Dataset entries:
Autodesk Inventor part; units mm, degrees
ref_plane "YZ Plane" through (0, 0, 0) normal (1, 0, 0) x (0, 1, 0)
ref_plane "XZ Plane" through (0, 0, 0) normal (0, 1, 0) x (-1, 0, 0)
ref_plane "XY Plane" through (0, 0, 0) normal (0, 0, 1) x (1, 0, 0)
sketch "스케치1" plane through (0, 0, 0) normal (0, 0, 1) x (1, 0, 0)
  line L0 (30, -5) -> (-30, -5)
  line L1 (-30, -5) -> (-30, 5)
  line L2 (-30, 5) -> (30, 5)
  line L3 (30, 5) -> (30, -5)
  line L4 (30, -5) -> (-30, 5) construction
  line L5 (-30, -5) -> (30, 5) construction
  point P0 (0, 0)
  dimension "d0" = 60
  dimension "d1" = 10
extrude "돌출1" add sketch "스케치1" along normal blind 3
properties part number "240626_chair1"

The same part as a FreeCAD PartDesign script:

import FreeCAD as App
import Part
import Sketcher

doc = App.newDocument("Part")
body = doc.addObject("PartDesign::Body", "Body")

# Sketch on XY plane
sketch1 = body.newObject("Sketcher::SketchObject", "Sketch")
sketch1.AttachmentSupport = (doc.getObject("XY_Plane"), [""])
sketch1.MapMode = "FlatFace"
sketch1.addGeometry([
    Part.LineSegment(App.Vector(-30, -5, 0), App.Vector(30, -5, 0)),
    Part.LineSegment(App.Vector(30, -5, 0), App.Vector(30, 5, 0)),
    Part.LineSegment(App.Vector(30, 5, 0), App.Vector(-30, 5, 0)),
    Part.LineSegment(App.Vector(-30, 5, 0), App.Vector(-30, -5, 0)),
], False)
sketch1.addConstraint([
    Sketcher.Constraint("Coincident", 0, 2, 1, 1),
    Sketcher.Constraint("Coincident", 1, 2, 2, 1),
    Sketcher.Constraint("Coincident", 2, 2, 3, 1),
    Sketcher.Constraint("Coincident", 3, 2, 0, 1),
    Sketcher.Constraint("Horizontal", 0),
    Sketcher.Constraint("Vertical", 1),
    Sketcher.Constraint("Horizontal", 2),
    Sketcher.Constraint("Vertical", 3),
    Sketcher.Constraint("Symmetric", 0, 2, 2, 2, -1, 1),
    Sketcher.Constraint("DistanceX", 0, 1, 0, 2, 60.0),
    Sketcher.Constraint("DistanceY", 1, 1, 1, 2, 10.0),
])
pad1 = body.newObject("PartDesign::Pad", "Pad")
pad1.Profile = sketch1
pad1.Length = 3

doc.recompute()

=== Task goal ===
Using the entries above, give the number of lines that include "construction", with no added words.

=== Answer space ===
2